El propósito del presente trabajo es definir, a partir de los datos de actividad de un grupo de unidades de HaD, un indicador de cargas de trabajo que orienten la asignación de recursos profesionales en una perspectiva de trabajo diario.
Material y métodosEl presente estudio forma parte de un proyecto de investigación cuyo objetivo final es crear una herramienta para predecir las cargas asistenciales en el ámbito de HaD. Para llegar a tal fin se han realizado ya dos fases anteriores. Una revisión sistemática de la literatura14 y un estudio de consenso Delphi, tras el cual se identificaron 14 factores potencialmente relacionados con la carga asistencial22. La fase actual tiene que ver con la definición de las medidas de carga asistencial, el trabajo de campo y la descripción de los datos obtenidos.
Se recogió de forma prospectiva información de los usuarios atendidos en nueve unidades de HaD de la Comunidad Autónoma del País Vasco (CAPV) durante el periodo comprendido entre el 1 de mayo de 2021 hasta el 31 de mayo del 2021. Se incluyeron personas ≥ 18 años, que aceptaron participar y firmaron un consentimiento informado. Para cada participante se consideró solamente su primer ingreso durante el periodo de recogida. Posibles ingresos consecutivos de un mismo paciente en ese mismo periodo fueron excluidos.

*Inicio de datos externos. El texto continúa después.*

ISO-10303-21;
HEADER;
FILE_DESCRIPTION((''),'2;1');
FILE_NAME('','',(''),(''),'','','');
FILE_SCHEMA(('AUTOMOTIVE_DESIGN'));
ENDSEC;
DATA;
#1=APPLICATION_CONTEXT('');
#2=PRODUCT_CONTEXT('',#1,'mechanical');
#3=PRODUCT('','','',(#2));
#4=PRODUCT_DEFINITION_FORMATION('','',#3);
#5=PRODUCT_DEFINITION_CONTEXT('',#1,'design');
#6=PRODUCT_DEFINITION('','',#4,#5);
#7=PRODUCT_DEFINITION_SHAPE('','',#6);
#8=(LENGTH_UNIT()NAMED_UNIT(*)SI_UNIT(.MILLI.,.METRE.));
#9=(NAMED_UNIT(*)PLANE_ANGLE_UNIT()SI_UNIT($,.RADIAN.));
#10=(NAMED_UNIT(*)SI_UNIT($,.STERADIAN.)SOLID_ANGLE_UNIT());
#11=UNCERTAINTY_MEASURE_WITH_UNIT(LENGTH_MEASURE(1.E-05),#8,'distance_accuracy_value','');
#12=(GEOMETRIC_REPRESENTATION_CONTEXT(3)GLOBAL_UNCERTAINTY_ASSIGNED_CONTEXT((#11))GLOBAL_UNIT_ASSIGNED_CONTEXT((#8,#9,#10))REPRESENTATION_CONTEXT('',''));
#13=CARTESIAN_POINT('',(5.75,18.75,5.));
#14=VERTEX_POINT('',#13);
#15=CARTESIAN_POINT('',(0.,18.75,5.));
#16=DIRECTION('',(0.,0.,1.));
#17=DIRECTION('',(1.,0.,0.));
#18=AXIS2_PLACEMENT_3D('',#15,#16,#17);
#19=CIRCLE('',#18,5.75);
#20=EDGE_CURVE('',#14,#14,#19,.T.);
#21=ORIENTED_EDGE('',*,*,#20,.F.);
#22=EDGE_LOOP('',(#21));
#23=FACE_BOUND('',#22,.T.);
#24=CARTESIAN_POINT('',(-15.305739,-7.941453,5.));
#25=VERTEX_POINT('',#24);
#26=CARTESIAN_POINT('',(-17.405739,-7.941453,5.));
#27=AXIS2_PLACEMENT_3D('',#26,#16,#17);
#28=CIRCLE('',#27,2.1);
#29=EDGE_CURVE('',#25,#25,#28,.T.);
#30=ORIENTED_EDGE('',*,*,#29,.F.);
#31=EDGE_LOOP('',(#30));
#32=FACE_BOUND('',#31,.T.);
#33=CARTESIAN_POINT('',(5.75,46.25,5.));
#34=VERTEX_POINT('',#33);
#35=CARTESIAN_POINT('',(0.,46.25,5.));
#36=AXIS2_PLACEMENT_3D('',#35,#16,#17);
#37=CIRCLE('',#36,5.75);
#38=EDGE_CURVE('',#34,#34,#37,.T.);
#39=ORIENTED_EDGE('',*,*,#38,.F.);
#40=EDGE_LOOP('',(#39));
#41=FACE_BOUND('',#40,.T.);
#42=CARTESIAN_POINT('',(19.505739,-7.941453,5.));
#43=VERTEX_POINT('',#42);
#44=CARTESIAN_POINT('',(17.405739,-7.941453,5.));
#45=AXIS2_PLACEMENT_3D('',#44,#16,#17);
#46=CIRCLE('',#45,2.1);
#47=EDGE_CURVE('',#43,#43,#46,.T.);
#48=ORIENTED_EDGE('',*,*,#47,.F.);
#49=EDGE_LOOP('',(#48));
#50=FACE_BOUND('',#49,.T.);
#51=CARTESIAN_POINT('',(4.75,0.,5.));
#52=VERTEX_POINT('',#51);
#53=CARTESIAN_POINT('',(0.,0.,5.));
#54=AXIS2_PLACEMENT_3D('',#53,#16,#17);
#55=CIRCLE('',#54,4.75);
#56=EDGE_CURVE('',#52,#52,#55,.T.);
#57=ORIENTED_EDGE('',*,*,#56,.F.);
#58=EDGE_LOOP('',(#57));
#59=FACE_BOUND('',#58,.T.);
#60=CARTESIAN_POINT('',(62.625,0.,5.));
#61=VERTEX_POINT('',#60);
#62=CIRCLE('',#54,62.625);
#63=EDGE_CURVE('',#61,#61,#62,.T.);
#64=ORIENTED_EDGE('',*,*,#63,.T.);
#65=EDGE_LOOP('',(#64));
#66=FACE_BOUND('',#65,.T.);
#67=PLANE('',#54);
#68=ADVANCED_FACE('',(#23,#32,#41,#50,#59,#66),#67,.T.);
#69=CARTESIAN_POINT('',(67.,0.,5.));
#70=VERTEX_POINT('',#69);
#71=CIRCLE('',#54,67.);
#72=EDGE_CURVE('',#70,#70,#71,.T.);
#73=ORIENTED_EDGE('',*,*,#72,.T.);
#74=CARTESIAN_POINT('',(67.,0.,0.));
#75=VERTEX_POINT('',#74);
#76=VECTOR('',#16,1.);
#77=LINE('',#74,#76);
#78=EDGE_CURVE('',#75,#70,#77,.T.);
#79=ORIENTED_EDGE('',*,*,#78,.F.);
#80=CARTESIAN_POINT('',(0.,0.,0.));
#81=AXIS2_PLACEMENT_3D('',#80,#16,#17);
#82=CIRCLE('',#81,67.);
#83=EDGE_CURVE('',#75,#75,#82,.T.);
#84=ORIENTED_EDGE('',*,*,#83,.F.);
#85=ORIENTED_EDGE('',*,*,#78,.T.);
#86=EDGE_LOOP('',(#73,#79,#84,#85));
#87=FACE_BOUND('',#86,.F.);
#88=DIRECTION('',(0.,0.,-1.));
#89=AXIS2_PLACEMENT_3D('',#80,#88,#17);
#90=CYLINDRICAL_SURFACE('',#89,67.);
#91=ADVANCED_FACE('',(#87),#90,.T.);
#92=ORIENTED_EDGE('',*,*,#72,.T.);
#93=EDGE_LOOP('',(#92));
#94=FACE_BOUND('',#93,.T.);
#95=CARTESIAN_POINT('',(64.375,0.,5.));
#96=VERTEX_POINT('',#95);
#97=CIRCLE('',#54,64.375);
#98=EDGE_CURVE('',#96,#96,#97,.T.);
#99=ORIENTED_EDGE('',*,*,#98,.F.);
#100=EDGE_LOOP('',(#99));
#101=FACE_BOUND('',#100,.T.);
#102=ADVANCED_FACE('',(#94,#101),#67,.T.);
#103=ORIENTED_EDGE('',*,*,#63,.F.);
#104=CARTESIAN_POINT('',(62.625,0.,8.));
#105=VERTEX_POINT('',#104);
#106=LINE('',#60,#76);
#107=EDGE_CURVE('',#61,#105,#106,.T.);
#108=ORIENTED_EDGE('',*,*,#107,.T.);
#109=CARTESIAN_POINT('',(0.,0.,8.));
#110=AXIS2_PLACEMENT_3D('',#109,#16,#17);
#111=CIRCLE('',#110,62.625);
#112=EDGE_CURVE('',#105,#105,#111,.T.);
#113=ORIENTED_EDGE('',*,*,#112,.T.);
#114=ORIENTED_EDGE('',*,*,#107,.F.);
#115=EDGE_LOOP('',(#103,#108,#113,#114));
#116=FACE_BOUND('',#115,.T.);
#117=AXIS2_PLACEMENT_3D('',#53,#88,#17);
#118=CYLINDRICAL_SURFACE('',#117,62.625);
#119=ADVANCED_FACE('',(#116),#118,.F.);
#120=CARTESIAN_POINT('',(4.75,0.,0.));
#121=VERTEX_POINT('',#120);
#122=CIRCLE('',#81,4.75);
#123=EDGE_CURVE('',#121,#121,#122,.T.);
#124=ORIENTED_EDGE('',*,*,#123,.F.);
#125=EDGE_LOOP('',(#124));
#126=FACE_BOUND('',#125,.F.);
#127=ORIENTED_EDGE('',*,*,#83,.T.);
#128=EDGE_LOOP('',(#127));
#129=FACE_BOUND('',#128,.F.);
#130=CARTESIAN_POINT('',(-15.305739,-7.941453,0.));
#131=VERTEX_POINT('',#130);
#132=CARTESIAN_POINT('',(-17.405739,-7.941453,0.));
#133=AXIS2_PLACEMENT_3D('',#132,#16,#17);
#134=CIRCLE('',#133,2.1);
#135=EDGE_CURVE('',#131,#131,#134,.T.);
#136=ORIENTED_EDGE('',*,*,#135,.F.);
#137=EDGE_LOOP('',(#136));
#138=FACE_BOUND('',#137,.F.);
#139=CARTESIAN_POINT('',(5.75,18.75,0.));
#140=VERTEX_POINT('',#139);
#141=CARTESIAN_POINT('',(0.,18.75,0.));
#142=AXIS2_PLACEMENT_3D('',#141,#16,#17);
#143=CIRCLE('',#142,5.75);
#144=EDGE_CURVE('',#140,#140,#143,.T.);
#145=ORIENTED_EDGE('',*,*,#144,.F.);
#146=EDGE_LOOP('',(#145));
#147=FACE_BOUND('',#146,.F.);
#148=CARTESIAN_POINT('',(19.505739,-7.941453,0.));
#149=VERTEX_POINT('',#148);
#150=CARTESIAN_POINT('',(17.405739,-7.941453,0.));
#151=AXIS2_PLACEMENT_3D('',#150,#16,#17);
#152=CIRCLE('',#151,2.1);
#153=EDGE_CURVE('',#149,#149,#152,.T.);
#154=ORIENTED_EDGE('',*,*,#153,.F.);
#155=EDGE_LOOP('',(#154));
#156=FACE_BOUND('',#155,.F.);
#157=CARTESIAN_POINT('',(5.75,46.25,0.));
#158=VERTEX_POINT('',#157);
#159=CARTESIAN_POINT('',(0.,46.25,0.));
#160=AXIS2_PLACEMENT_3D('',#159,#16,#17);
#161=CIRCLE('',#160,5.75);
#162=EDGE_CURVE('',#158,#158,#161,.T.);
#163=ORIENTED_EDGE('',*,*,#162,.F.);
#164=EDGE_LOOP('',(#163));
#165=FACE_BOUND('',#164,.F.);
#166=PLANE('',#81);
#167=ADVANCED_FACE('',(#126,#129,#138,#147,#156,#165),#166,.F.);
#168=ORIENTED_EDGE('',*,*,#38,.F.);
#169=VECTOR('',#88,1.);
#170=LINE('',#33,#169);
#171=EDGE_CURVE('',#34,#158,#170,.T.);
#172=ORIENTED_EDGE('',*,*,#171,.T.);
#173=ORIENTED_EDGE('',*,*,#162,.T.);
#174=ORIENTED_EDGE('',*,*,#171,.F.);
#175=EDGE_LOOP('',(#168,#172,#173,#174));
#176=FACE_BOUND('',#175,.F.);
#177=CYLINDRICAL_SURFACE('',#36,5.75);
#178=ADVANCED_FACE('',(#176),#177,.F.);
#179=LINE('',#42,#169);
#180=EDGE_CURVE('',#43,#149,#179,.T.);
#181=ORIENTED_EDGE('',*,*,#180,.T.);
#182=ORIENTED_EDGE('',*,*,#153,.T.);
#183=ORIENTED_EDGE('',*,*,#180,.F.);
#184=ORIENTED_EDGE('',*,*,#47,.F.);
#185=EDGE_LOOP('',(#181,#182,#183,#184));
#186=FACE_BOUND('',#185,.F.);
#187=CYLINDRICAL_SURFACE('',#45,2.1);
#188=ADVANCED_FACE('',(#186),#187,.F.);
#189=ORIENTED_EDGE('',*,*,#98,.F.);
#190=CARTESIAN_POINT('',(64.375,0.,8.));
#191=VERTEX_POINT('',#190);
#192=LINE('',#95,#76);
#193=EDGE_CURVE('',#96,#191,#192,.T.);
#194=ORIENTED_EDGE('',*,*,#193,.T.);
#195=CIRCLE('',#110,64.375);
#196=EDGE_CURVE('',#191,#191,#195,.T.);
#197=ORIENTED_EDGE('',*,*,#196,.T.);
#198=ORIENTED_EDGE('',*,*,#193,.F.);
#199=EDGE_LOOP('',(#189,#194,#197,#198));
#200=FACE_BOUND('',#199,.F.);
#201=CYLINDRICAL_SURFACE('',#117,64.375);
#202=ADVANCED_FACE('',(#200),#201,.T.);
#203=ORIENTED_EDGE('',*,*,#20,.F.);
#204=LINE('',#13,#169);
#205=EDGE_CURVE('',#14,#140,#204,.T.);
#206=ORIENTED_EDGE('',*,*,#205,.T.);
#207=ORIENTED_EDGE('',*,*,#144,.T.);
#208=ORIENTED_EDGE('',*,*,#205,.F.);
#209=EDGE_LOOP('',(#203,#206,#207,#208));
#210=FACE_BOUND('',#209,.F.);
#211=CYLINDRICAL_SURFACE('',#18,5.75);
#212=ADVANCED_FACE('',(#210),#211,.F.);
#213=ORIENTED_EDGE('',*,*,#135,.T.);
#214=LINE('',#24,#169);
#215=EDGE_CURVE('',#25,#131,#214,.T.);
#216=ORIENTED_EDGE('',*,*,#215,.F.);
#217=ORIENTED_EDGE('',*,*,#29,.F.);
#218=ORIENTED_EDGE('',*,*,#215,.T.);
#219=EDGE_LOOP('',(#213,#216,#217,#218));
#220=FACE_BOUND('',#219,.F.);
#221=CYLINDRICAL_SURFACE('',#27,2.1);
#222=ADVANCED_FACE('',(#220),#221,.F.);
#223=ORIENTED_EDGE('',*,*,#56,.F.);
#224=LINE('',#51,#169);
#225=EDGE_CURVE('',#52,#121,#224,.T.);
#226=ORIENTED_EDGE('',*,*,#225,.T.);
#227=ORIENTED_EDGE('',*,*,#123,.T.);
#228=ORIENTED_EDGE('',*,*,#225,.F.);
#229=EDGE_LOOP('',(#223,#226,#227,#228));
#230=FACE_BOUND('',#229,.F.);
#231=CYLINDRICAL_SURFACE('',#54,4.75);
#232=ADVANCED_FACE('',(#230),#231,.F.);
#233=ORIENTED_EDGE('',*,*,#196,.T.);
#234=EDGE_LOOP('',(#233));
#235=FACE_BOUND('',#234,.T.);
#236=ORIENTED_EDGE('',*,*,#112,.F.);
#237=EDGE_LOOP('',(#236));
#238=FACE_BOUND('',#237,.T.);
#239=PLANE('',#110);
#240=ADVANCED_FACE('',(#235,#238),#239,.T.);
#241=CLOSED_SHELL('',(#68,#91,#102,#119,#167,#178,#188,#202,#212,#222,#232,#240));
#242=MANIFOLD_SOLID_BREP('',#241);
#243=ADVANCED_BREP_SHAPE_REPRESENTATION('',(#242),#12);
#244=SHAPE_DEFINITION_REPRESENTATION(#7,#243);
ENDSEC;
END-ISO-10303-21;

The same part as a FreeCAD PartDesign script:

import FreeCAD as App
import Part
import Sketcher
Q = App.Units.Quantity

doc = App.newDocument("Part")
body = doc.addObject("PartDesign::Body", "Body")

sketch1 = body.newObject("Sketcher::SketchObject", "Sketch")
sketch1.AttachmentSupport = (doc.getObject("XY_Plane"), [""])
sketch1.MapMode = "FlatFace"
sketch1.addGeometry(Part.Circle(App.Vector(0, 0, 0), App.Vector(0, 0, 1), 67), False)
sketch1.addConstraint([
    Sketcher.Constraint("Coincident", 0, 3, -1, 1),
    Sketcher.Constraint("Diameter", 0, Q("134 mm")),
])
pad1 = body.newObject("PartDesign::Pad", "Pad")
pad1.Profile = sketch1
pad1.Length = 5

sketch2 = body.newObject("Sketcher::SketchObject", "Sketch001")
sketch2.AttachmentSupport = (doc.getObject("XY_Plane"), [""])
sketch2.MapMode = "FlatFace"
sketch2.AttachmentOffset = App.Placement(App.Vector(0, 0, 5), App.Rotation())
sketch2.addGeometry([
    Part.Circle(App.Vector(0, 0, 0), App.Vector(0, 0, 1), 64.375),
    Part.Circle(App.Vector(0, 0, 0), App.Vector(0, 0, 1), 62.625),
], False)
sketch2.addConstraint([
    Sketcher.Constraint("Coincident", 0, 3, -1, 1),
    Sketcher.Constraint("Coincident", 1, 3, -1, 1),
    Sketcher.Constraint("Diameter", 0, Q("128.75 mm")),
    Sketcher.Constraint("Diameter", 1, Q("125.25 mm")),
])
pad2 = body.newObject("PartDesign::Pad", "Pad001")
pad2.Profile = sketch2
pad2.Length = 3

sketch3 = body.newObject("Sketcher::SketchObject", "Sketch002")
sketch3.AttachmentSupport = (doc.getObject("XY_Plane"), [""])
sketch3.MapMode = "FlatFace"
sketch3.AttachmentOffset = App.Placement(App.Vector(0, 0, 5), App.Rotation())
sketch3.addGeometry([
    Part.Circle(App.Vector(17.405739, -7.941453, 0), App.Vector(0, 0, 1), 2.1),
    Part.Circle(App.Vector(-17.405739, -7.941453, 0), App.Vector(0, 0, 1), 2.1),
], False)
sketch3.addConstraint([
    Sketcher.Constraint("Equal", 0, 1),
    Sketcher.Constraint("Symmetric", 0, 3, 1, 3, -2),
    Sketcher.Constraint("Diameter", 0, Q("4.2 mm")),
    Sketcher.Constraint("DistanceX", -1, 1, 0, 3, Q("17.405739 mm")),
    Sketcher.Constraint("DistanceY", 0, 3, -1, 1, Q("7.941453 mm")),
])
pocket1 = body.newObject("PartDesign::Pocket", "Pocket")
pocket1.Profile = sketch3
pocket1.Type = "ThroughAll"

Medidas de carga asistencialEl trabajo que hay que dedicar a cada paciente se traduce en tiempo. En el proyecto actual se consideró inviable medir y registrar el tiempo dedicado a cada una de las tareas asistenciales que se requieren en cada ingreso (p. ej., revisar la historia clínica, escribir evolutivos, solicitar exploraciones, prescribir tratamientos etc.). Por eso se decidió recopilar el tiempo dedicado a las visitas. Como tal se consideró la suma de los tiempos de atención directa (p. ej., presencialmente a cada paciente) de los profesionales HaD más las duraciones de los desplazamientos requeridos, para cada una de las visitas. En estos desplazamientos se contemplaron tanto los desplazamientos hasta el domicilio, como los desplazamientos de vuelta al hospital, cuando correspondía. Se incluyeron en estos cálculos las visitas realizadas en el hospital y se calcularon las siguientes medidas.
La duración media de las visitas para cada paciente fue la suma de las duraciones de todas sus visitas entre el número total de las mismas. La tasa de visita (TV) fue la división del número de visitas realizadas a un paciente por el número de días que este paciente ha estado ingresado en el servicio. Esta cantidad refleja la media de visitas que requiere cada paciente al día. Es una medida utilizada anteriormente por otros autores16,17, pero no contempla la duración de las visitas. Desde el punto de vista de la asignación de recursos es muy relevante conocer el tiempo medio de trabajo que requiere cada paciente a diario y esta es precisamente la medida que propone el presente estudio. Se trata de la denominada intensidad, que se calculó al dividir el tiempo total dedicado a todas las visitas realizadas a un paciente, por el número de días que ha durado el episodio de atención en HaD.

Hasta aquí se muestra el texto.